Musing 66: SciCode: A Research Coding Benchmark Curated by Scientists
A multi-institutional paper from the liked of Harvard, Stanford and several others
Today’s paper: SciCode: A Research Coding Benchmark Curated by Scientists. Tian et al. 18 July 2024. https://arxiv.org/pdf/2407.13168
In today’s paper, the authors start by stating something that has become increasingly clear to those working with them: LLMs now surpass the performance of most humans except domain experts, and evaluating them has become increasingly challenging. Many established benchmarks struggle to keep pace with the advancements in LM performance and have quickly become saturated, leading to discrepancies between the models’ perceived and actual capabilities. In my own research, I’ve seen this firsthand when evaluating these LLMs on commonsense reasoning.
As a consequence, researchers are developing synthetic challenging benchmarks, often involving models in the construction of evaluation instances. For example, some researchers subsample instances from existing benchmarks that cannot be solved by current models, or augment them to construct more challenging evaluations. However, it is unclear whether such efforts accurately reflect real-world applications and the models’ performance in practical scenarios. Realistic, high-quality, and challenging evaluations are crucial for the continued advancement of LMs.
With this motivation in mind, the authors propose SciCode, a benchmark containing code generation problems drawn from diverse natural science fields, including mathematics, physics, chemistry, biology, and materials science. SciCode contains 80 main problems, each decomposed into multiple subproblems, totaling 338. Each problem provides the scientific background when necessary as well as detailed instructions. To solve it, the model must implement multiple Python functions—one for each subproblem—and then integrate them into a complete solution for the main problem. For every main problem and subproblem, SciCode provides gold-standard solutions and multiple test cases, facilitating easy and reliable automatic evaluation. The figure below shows an example.

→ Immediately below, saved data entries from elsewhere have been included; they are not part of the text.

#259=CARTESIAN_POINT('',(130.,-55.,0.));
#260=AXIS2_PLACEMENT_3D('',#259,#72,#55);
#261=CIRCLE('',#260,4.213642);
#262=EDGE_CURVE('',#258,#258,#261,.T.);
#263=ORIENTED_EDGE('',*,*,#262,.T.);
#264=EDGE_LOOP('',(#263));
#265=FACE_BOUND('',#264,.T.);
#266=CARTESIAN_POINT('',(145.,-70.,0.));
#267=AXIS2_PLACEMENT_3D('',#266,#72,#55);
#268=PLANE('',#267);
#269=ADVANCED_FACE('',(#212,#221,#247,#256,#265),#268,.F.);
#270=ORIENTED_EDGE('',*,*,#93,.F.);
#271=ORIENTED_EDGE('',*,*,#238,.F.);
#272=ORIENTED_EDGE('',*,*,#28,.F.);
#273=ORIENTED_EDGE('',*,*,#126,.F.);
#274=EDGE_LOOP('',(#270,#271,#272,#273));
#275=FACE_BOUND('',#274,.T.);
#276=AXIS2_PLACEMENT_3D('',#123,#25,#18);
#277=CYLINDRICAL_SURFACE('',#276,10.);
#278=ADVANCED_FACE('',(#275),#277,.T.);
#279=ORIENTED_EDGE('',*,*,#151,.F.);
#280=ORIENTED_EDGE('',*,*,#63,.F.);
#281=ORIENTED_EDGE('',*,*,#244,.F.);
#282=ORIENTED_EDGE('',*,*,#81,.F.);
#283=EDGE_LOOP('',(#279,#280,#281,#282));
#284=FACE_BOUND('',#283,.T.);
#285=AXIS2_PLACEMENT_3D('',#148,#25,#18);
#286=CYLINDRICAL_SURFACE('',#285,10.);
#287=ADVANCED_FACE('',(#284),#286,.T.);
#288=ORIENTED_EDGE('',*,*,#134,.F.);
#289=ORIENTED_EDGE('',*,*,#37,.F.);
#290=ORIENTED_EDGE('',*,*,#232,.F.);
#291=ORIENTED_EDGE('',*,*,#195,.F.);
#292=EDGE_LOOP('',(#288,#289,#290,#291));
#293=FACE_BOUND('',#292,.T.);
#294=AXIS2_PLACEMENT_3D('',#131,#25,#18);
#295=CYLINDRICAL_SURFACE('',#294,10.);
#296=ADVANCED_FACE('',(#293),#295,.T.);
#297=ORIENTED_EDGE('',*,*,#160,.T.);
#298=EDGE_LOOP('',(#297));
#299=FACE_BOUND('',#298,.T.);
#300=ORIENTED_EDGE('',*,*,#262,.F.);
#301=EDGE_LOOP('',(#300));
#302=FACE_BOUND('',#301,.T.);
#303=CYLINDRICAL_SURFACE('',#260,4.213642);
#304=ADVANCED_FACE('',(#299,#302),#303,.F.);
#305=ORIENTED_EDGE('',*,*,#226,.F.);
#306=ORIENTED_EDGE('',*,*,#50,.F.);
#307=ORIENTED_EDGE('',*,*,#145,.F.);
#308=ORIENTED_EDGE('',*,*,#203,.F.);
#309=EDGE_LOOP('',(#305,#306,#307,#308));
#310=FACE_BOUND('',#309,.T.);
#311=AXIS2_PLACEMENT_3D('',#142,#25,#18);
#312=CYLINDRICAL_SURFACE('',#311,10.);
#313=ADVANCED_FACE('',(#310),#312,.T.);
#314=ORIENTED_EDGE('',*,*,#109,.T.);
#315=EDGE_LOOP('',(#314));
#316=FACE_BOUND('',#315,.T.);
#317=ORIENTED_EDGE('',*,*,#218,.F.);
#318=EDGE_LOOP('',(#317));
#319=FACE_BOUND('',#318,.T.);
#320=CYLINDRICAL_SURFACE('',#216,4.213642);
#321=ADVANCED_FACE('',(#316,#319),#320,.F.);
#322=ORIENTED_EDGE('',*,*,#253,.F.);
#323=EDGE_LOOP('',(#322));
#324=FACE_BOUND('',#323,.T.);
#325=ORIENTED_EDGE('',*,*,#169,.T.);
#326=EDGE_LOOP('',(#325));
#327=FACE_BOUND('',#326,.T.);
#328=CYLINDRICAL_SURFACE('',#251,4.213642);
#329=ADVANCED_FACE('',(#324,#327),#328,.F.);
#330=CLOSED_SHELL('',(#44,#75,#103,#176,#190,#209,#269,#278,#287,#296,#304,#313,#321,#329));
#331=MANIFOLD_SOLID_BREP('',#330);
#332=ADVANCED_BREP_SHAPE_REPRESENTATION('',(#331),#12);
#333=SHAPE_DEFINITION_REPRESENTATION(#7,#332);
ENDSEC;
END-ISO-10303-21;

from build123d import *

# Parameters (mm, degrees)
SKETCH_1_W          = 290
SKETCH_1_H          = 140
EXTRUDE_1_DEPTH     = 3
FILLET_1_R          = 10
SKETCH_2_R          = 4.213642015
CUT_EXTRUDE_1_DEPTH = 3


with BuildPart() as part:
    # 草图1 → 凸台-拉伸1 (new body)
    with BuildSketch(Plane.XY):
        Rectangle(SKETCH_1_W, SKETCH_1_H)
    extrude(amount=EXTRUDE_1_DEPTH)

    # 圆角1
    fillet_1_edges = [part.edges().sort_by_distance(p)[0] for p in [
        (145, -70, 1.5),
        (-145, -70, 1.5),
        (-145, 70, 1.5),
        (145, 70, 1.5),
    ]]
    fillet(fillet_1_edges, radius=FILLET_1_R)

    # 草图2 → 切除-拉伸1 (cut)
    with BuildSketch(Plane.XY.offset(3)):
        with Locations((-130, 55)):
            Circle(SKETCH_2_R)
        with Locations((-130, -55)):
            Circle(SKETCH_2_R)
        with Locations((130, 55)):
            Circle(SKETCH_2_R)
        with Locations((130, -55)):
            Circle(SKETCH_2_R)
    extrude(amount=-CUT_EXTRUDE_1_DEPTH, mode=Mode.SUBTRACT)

SciCode is mainly drawn from the scripts that scientists use in their everyday workflow. Many of these have been used in one or more publications, demonstrating their robustness and correctness. However, they are primarily for internal use, which means that they are seldomly open-sourced and often poorly annotated. Consequently, unlike general-domain coding problems, natural science problems have less exposure in most current LLMs’ training data. This offers a unique opportunity to evaluate the models’ ability to generalize to less familiar contexts.
To facilitate evaluation of this new benchmark, the authors had “scientist annotators” use only widely adopted and well-documented packages such as NumPy, SciPy, and SymPy when writing the solution code for their problems, as shown in the figure below. Their test suite involves two key components. (1) Numerical tests list input-output pairs to check if the generated code produces the same outputs as ground truth. (2) Domain-specific test cases, introduced as an additional stage, evaluate whether model-generated solutions align with scientists’ practical needs and further ensure the correctness and applicability of each solution within its specific field. These tests are extracted from real scientific workflows: scientists must design domain-specific test cases to verify code accuracy by reproducing results published in academic papers or matching analytical solutions derived from theoretical models.

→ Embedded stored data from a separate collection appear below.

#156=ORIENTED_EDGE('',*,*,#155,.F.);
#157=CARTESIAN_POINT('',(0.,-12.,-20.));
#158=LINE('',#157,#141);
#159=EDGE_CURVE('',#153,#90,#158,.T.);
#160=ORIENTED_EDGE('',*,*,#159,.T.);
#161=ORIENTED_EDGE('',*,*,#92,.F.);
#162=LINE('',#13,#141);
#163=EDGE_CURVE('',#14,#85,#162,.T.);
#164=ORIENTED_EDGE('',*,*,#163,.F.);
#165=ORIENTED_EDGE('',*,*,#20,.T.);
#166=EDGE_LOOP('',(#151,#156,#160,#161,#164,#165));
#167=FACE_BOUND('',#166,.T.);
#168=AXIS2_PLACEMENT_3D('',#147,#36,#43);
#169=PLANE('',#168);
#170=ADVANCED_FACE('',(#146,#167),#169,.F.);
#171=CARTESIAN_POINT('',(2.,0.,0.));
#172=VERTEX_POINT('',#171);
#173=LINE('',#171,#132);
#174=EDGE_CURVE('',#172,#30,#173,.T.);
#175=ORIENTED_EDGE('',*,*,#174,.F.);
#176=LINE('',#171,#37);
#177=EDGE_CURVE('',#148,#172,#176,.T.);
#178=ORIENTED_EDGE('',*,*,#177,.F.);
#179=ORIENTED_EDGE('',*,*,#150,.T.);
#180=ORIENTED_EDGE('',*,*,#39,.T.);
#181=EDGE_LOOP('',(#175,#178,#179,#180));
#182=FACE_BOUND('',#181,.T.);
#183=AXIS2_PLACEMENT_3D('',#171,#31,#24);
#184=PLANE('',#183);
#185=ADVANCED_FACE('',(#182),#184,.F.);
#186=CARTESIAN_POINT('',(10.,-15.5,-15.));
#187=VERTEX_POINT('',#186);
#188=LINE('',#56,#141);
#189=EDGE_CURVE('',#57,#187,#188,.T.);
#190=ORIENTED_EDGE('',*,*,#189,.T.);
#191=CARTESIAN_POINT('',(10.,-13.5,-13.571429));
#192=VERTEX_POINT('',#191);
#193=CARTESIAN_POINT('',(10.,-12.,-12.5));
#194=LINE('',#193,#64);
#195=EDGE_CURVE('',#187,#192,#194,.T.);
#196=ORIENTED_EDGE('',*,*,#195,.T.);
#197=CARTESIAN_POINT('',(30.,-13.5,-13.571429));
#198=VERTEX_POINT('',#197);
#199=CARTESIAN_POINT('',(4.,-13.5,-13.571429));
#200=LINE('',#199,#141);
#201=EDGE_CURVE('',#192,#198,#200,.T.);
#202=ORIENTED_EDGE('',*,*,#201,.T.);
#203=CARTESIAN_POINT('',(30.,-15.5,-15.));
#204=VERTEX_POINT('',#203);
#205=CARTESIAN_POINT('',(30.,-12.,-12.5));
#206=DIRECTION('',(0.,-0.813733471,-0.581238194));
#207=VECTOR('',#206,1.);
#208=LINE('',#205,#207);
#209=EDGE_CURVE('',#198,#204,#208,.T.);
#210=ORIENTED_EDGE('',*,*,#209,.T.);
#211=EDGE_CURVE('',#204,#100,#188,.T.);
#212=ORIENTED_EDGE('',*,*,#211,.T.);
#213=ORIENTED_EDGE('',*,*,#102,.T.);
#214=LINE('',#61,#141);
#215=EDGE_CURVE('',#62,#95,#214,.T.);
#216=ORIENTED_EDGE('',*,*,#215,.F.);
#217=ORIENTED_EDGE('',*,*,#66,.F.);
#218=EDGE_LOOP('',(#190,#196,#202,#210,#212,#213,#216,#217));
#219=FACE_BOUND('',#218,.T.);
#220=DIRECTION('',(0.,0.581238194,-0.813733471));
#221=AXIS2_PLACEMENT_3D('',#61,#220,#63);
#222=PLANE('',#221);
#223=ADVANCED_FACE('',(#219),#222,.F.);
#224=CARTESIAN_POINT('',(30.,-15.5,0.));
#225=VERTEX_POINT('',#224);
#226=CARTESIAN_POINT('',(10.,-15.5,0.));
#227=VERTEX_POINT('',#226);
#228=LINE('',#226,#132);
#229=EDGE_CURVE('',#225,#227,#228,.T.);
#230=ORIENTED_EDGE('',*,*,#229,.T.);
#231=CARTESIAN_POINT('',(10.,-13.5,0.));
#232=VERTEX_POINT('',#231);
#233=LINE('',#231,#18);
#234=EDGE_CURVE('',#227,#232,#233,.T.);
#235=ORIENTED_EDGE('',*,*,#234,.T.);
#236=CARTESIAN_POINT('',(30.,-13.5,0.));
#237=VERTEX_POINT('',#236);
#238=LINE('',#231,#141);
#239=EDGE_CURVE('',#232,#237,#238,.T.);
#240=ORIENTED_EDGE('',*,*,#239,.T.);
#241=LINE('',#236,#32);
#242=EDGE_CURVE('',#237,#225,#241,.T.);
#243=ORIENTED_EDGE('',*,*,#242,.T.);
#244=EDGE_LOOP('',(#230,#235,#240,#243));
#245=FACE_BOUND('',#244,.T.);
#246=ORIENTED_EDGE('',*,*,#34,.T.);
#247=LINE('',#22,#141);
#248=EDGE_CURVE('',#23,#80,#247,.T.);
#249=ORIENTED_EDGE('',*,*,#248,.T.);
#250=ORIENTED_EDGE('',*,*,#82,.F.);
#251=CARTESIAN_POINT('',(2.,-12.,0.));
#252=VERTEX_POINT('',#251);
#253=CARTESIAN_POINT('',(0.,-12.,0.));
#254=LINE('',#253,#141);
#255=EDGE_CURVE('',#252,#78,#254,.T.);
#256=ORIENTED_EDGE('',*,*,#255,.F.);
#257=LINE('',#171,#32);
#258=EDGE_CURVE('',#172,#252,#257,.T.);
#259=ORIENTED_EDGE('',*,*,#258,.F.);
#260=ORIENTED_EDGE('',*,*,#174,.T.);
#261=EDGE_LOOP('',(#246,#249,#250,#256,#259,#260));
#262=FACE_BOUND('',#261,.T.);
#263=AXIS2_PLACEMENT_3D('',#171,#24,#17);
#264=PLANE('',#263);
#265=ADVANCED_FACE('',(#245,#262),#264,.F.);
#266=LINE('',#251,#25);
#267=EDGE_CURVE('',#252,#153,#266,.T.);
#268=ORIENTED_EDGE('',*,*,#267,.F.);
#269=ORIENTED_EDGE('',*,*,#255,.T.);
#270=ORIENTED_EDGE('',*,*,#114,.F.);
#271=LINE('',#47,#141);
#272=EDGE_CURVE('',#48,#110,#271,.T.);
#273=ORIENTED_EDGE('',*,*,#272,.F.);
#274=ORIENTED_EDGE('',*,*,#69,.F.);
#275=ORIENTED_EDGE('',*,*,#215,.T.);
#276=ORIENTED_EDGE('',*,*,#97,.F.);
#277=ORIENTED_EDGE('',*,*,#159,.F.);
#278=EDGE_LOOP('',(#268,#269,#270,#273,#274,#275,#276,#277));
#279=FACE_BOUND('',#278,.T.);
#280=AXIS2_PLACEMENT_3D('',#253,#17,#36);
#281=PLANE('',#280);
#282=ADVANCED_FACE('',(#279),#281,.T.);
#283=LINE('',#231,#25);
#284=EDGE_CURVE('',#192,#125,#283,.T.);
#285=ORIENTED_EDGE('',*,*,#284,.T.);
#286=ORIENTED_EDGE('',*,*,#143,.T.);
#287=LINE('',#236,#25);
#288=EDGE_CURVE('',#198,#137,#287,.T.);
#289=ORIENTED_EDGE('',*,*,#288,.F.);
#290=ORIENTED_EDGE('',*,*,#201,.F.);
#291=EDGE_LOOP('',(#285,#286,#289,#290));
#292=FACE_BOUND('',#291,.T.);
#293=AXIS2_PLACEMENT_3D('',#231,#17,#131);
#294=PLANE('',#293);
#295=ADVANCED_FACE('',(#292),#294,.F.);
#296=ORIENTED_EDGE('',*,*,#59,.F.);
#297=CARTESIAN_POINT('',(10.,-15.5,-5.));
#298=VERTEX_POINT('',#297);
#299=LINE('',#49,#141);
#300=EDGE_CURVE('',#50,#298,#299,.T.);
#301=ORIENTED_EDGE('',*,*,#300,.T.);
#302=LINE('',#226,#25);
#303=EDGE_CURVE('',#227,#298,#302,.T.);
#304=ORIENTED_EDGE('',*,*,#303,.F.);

Overall, the evaluation design aims to balance the fidelity of the scientific problem with the practicality of the evaluation process, ensuring that the solutions are both accurate and accessible. Moving on to experiments, the authors claim that because this is a challenging benchmark they mainly consider “strong language models”:
The table below presents results under the standard setup. For the easier subproblem-level evaluation, the state-of-the-art models being tested solve 14%-26% of the subproblems. Among them, Claude3.5-Sonnet achieves the best performance, with a 26.0% pass@1 rate. However, all models perform much worse on the more realistic and challenging main problem evaluation. Claude3.5-Sonnet still performs the best in this setting, but with only a 4.6% pass@1 rate. The authors use these results to confirm that SciCode is a difficult benchmark for current LLMs. Consistent with their observations on proprietary models, open-weight LLMs under test also showed their lack of capabilities in solving any main problem despite being able to solve a number of sub-problems correctly.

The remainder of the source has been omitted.